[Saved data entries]

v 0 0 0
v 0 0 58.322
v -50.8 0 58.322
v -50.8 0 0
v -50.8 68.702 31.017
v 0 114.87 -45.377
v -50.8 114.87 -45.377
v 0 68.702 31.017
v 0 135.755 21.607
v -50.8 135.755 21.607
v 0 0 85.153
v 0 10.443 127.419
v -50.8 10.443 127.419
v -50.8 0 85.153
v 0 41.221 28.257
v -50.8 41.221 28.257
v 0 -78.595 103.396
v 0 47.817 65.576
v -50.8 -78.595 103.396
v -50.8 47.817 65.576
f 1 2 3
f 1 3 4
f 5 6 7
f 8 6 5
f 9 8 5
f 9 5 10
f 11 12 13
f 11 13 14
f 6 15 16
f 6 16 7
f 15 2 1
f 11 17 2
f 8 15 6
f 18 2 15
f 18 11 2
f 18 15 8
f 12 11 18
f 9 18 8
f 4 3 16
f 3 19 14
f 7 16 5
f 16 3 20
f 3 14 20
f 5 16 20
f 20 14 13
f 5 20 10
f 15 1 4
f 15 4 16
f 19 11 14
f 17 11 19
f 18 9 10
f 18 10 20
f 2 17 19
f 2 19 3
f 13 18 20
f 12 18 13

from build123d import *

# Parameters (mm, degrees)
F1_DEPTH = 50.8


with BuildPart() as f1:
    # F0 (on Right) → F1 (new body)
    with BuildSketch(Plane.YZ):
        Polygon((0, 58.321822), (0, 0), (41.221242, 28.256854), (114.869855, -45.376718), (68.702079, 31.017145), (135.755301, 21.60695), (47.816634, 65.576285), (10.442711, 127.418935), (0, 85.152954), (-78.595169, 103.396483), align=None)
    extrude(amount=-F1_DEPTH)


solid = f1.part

---

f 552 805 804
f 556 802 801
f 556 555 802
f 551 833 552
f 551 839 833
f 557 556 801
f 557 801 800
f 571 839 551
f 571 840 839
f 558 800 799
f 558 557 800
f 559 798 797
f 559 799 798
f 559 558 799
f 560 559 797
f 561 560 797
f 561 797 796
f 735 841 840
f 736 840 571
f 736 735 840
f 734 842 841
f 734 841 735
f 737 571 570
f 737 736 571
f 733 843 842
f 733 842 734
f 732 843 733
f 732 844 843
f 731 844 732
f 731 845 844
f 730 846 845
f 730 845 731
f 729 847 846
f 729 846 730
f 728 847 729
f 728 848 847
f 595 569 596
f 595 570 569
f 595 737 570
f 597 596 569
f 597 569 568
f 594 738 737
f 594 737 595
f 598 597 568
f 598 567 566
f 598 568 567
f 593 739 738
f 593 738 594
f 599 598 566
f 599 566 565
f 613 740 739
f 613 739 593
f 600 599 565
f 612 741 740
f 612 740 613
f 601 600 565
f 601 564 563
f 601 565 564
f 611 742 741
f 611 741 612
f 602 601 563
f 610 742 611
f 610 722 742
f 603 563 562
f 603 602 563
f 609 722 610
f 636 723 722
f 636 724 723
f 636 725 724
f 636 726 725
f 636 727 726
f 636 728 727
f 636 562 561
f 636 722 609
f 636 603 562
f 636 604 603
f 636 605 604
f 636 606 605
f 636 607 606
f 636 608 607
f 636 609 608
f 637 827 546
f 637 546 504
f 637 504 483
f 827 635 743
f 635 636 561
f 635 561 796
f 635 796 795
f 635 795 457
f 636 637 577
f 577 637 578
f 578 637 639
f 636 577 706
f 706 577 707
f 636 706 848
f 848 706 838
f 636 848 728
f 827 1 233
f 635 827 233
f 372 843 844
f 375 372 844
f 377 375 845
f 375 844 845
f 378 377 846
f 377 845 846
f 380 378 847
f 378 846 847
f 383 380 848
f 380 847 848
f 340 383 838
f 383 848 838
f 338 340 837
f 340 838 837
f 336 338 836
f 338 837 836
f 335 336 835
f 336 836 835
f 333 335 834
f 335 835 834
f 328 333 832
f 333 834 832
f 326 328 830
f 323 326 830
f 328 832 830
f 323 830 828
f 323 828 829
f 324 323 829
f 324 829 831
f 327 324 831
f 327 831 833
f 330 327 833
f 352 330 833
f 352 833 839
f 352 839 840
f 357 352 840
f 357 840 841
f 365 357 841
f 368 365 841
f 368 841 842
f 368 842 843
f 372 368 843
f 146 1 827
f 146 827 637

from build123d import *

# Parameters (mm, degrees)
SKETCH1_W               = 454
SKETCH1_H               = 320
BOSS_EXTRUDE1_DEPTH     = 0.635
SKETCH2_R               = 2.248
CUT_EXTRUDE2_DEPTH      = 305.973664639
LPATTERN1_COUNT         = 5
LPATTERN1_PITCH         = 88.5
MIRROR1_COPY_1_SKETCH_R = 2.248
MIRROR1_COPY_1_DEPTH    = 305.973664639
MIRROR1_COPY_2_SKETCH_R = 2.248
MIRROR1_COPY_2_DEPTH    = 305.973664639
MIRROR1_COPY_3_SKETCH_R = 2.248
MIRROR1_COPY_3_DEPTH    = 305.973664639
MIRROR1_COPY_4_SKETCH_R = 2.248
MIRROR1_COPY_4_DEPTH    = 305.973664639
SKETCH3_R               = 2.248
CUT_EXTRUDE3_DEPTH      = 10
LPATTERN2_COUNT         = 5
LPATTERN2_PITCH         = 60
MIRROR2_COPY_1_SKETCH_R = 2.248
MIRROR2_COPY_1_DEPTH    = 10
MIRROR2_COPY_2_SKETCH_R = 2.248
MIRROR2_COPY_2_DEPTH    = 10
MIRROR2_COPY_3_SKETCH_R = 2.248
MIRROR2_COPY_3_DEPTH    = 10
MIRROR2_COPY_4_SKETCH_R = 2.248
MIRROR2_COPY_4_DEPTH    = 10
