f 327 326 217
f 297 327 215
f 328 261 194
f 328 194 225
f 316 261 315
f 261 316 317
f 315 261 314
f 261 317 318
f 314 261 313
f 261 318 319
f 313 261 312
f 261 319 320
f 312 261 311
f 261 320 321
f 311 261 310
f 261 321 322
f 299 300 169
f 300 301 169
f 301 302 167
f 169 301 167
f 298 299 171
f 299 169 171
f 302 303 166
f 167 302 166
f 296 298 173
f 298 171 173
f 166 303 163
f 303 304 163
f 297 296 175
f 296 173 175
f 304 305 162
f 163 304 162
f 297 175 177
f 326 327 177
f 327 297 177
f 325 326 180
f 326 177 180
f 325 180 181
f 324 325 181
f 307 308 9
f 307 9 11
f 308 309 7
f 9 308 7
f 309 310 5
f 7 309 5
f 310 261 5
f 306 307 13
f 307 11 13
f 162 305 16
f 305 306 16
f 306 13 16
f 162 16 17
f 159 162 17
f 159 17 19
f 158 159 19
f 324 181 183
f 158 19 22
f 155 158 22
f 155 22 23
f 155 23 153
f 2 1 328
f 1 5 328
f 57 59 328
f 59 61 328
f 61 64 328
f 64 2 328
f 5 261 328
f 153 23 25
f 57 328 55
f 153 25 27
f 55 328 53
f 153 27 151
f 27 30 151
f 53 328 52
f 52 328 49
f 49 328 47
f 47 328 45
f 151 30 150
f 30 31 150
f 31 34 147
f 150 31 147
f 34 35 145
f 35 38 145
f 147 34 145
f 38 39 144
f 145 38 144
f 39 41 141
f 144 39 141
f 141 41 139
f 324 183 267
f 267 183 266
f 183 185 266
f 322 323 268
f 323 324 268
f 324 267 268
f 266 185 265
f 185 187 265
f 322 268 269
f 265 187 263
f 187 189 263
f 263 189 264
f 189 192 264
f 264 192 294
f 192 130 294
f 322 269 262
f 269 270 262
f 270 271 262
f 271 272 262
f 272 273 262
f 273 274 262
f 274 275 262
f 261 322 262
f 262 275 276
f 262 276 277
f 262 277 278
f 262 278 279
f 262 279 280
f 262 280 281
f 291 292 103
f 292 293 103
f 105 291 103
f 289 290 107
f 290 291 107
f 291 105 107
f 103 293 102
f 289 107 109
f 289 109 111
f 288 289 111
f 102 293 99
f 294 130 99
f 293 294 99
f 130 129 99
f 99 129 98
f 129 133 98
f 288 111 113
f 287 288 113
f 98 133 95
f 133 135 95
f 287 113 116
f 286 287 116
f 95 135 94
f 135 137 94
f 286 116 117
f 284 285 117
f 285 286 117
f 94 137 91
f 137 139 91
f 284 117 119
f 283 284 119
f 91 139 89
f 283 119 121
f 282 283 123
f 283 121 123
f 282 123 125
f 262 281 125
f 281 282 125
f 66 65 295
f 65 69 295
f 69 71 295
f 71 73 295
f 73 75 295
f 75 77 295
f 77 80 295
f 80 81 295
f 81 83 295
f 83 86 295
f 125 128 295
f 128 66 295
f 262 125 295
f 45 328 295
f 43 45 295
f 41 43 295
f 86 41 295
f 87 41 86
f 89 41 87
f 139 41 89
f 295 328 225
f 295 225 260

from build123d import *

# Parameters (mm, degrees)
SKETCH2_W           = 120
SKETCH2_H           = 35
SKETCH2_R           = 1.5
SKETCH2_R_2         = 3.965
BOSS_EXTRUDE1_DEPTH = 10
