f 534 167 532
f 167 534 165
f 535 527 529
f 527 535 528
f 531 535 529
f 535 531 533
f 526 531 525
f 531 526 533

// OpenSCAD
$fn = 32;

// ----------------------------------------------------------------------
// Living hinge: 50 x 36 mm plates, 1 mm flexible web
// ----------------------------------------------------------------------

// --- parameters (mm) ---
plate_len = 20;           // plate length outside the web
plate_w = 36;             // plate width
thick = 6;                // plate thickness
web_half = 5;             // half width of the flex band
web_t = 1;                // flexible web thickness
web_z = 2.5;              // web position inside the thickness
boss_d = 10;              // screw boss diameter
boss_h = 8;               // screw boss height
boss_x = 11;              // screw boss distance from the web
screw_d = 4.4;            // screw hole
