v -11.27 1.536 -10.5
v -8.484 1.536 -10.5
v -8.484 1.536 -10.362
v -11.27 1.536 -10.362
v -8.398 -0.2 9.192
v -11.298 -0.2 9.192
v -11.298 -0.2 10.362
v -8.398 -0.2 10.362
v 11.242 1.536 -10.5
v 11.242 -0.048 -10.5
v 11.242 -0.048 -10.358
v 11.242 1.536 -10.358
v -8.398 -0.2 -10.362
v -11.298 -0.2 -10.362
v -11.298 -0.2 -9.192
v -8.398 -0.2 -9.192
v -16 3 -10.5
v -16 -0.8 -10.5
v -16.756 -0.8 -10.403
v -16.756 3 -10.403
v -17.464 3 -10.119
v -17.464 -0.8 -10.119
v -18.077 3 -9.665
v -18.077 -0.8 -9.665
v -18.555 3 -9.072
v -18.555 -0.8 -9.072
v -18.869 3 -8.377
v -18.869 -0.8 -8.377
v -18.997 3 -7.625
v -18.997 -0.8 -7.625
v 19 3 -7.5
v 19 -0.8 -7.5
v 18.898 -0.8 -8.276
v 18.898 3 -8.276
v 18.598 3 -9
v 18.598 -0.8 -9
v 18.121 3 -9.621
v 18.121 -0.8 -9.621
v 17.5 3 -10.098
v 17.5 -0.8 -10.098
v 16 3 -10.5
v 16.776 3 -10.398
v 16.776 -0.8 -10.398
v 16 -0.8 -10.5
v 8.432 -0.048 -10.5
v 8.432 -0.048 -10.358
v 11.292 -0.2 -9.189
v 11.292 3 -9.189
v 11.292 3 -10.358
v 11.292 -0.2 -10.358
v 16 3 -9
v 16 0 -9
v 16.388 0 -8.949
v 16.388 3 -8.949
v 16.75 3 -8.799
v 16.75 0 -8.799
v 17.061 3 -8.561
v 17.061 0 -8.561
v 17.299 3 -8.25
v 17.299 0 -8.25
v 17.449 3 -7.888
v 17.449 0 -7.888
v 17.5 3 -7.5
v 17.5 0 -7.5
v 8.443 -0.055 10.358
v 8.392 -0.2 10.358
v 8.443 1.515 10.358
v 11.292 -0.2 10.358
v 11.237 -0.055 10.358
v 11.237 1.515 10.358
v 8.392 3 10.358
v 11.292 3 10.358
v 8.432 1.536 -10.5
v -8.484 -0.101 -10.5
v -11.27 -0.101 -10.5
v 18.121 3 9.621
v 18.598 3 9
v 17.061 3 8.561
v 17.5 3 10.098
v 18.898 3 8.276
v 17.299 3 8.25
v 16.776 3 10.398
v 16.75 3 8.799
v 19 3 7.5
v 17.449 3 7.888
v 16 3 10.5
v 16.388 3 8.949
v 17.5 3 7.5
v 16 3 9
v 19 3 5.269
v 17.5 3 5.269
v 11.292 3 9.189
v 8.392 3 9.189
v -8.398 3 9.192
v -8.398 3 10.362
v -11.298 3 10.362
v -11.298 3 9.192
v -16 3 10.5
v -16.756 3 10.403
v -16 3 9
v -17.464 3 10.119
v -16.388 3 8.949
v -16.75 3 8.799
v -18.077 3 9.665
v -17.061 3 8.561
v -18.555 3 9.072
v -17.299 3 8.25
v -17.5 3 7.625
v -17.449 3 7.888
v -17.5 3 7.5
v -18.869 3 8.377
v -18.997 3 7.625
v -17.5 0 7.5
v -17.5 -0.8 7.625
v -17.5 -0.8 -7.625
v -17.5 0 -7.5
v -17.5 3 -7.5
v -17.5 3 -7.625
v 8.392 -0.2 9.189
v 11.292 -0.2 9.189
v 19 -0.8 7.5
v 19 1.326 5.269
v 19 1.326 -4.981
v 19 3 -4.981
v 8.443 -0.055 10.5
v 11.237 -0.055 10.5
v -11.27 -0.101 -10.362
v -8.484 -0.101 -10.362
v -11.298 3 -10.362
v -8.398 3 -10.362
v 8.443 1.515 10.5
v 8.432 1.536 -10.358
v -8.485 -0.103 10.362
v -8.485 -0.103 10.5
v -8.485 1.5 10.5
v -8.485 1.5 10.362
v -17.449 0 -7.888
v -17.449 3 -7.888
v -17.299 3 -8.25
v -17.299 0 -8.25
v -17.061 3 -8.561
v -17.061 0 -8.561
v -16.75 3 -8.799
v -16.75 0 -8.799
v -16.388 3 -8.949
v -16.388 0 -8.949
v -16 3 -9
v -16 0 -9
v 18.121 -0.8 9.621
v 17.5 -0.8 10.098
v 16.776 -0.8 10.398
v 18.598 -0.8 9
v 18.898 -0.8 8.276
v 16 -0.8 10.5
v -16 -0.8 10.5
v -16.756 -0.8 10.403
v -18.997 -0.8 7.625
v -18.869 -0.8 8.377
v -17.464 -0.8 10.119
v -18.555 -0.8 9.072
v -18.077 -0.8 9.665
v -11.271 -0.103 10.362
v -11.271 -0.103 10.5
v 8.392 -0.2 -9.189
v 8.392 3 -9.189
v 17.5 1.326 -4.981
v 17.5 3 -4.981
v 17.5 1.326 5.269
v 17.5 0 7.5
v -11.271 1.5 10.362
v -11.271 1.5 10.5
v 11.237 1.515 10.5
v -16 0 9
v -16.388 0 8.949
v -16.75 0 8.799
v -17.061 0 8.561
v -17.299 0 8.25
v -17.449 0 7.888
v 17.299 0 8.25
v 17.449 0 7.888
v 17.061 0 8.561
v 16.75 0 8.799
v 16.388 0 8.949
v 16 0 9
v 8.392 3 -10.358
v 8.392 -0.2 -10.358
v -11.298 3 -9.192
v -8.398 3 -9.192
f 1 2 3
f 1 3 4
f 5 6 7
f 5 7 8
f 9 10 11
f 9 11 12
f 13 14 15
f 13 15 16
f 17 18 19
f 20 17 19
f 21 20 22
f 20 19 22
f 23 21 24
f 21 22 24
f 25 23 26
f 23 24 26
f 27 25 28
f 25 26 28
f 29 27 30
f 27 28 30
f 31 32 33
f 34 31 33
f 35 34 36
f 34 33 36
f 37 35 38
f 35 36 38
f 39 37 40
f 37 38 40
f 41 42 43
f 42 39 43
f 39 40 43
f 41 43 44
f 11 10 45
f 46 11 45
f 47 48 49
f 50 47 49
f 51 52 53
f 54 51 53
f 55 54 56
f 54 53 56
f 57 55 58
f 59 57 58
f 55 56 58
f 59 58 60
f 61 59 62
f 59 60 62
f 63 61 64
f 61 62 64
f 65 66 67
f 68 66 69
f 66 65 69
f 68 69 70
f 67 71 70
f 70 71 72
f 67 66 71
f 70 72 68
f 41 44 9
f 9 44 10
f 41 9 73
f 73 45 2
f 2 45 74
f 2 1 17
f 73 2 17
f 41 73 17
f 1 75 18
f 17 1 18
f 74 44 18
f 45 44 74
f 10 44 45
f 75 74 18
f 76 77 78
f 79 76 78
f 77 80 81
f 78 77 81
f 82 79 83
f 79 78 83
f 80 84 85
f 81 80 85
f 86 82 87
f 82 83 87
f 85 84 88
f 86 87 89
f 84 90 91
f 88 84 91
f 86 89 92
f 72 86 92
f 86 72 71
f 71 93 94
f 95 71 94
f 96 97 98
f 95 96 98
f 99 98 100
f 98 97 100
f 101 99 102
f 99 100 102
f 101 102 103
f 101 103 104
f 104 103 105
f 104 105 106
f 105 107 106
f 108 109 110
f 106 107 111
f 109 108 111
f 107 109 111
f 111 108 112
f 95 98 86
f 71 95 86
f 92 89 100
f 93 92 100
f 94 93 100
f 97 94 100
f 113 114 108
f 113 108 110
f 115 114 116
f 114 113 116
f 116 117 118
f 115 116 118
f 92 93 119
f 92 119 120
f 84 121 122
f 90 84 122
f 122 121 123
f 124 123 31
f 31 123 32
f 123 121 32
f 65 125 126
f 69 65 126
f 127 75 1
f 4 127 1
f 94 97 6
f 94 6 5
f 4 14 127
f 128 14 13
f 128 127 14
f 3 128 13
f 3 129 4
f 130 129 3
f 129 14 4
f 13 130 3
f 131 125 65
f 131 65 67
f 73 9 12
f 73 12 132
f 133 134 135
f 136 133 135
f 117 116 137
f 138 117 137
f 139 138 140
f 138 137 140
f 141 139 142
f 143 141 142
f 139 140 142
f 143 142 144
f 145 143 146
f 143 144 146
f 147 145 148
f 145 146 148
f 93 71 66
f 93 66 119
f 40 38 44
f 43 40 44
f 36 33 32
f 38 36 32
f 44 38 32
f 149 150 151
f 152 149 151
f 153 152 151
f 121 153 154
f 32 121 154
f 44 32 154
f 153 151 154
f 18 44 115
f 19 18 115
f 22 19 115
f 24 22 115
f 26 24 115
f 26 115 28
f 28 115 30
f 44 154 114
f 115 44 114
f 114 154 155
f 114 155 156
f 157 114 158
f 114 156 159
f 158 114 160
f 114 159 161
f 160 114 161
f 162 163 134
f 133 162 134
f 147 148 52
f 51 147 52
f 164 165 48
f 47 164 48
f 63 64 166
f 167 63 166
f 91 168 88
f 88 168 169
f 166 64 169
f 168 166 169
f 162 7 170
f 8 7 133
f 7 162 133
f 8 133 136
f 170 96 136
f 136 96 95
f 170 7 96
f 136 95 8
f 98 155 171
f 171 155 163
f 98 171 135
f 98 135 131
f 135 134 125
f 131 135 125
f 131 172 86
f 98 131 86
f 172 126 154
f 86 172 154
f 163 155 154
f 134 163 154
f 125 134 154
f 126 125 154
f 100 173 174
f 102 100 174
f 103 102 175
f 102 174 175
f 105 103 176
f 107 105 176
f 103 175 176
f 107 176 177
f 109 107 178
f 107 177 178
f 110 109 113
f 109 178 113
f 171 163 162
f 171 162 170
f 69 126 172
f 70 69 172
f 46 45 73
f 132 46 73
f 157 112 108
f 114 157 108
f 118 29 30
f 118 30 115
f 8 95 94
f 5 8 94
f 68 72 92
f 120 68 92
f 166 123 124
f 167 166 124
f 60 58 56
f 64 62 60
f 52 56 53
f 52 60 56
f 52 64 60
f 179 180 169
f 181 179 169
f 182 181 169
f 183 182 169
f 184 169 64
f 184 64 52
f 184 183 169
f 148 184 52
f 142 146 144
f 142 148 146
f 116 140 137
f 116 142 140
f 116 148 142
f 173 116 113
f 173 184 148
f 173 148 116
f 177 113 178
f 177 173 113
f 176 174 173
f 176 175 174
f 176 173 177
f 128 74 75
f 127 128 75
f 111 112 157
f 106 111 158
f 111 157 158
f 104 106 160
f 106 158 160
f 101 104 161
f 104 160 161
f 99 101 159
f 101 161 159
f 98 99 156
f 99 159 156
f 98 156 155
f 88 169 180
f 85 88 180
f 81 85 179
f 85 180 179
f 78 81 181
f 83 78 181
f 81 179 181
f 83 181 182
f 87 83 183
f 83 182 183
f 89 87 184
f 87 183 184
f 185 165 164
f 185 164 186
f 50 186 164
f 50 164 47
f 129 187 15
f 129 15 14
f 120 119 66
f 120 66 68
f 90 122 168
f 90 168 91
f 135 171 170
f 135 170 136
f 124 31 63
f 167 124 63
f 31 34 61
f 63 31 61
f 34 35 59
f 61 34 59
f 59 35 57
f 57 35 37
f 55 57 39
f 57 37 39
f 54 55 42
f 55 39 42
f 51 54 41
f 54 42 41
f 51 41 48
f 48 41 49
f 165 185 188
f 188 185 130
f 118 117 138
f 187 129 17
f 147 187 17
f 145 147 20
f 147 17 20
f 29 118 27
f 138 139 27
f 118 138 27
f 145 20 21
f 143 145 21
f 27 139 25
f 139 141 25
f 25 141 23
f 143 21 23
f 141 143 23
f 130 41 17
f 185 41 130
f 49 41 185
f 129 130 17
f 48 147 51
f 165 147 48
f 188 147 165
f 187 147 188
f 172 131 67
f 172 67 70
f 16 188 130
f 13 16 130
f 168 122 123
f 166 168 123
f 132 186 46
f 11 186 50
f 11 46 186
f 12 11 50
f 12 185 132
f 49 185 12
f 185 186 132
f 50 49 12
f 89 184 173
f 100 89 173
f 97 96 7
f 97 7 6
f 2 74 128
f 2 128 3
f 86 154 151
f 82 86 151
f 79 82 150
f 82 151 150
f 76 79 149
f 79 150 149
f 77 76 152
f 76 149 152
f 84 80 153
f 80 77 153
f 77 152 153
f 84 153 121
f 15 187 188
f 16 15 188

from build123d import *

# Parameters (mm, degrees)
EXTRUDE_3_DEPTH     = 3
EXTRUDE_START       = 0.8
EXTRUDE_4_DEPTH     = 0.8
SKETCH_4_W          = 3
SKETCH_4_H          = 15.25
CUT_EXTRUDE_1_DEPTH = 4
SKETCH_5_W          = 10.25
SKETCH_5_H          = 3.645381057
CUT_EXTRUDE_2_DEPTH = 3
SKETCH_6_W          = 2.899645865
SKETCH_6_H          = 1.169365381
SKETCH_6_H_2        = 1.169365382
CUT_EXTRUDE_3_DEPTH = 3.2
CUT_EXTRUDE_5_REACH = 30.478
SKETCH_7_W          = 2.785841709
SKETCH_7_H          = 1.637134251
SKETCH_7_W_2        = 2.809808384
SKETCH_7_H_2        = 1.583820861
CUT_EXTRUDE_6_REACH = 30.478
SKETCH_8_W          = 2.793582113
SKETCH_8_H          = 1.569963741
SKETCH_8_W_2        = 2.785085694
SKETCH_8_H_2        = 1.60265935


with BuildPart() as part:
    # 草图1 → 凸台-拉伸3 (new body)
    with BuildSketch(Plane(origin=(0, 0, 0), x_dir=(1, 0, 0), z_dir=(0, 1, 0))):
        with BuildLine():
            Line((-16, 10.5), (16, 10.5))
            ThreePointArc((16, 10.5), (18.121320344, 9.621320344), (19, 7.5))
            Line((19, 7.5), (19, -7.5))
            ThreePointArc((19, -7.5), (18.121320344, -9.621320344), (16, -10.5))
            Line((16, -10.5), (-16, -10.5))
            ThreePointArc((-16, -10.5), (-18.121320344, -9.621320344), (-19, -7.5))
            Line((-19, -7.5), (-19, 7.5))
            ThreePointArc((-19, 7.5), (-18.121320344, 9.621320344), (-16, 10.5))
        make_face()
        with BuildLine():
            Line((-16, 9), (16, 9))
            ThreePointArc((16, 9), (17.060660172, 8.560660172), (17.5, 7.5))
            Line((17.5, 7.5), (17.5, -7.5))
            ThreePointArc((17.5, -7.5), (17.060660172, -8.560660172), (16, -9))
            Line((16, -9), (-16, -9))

PROMPT: Return, unchanged, the run of lines above that opens with the line containing "f 315 261 314" and closes with the line containing "f 291 105 107". Include both.

OUTPUT BELOW:
f 315 261 314
f 261 317 318
f 314 261 313
f 261 318 319
f 313 261 312
f 261 319 320
f 312 261 311
f 261 320 321
f 311 261 310
f 261 321 322
f 299 300 169
f 300 301 169
f 301 302 167
f 169 301 167
f 298 299 171
f 299 169 171
f 302 303 166
f 167 302 166
f 296 298 173
f 298 171 173
f 166 303 163
f 303 304 163
f 297 296 175
f 296 173 175
f 304 305 162
f 163 304 162
f 297 175 177
f 326 327 177
f 327 297 177
f 325 326 180
f 326 177 180
f 325 180 181
f 324 325 181
f 307 308 9
f 307 9 11
f 308 309 7
f 9 308 7
f 309 310 5
f 7 309 5
f 310 261 5
f 306 307 13
f 307 11 13
f 162 305 16
f 305 306 16
f 306 13 16
f 162 16 17
f 159 162 17
f 159 17 19
f 158 159 19
f 324 181 183
f 158 19 22
f 155 158 22
f 155 22 23
f 155 23 153
f 2 1 328
f 1 5 328
f 57 59 328
f 59 61 328
f 61 64 328
f 64 2 328
f 5 261 328
f 153 23 25
f 57 328 55
f 153 25 27
f 55 328 53
f 153 27 151
f 27 30 151
f 53 328 52
f 52 328 49
f 49 328 47
f 47 328 45
f 151 30 150
f 30 31 150
f 31 34 147
f 150 31 147
f 34 35 145
f 35 38 145
f 147 34 145
f 38 39 144
f 145 38 144
f 39 41 141
f 144 39 141
f 141 41 139
f 324 183 267
f 267 183 266
f 183 185 266
f 322 323 268
f 323 324 268
f 324 267 268
f 266 185 265
f 185 187 265
f 322 268 269
f 265 187 263
f 187 189 263
f 263 189 264
f 189 192 264
f 264 192 294
f 192 130 294
f 322 269 262
f 269 270 262
f 270 271 262
f 271 272 262
f 272 273 262
f 273 274 262
f 274 275 262
f 261 322 262
f 262 275 276
f 262 276 277
f 262 277 278
f 262 278 279
f 262 279 280
f 262 280 281
f 291 292 103
f 292 293 103
f 105 291 103
f 289 290 107
f 290 291 107
f 291 105 107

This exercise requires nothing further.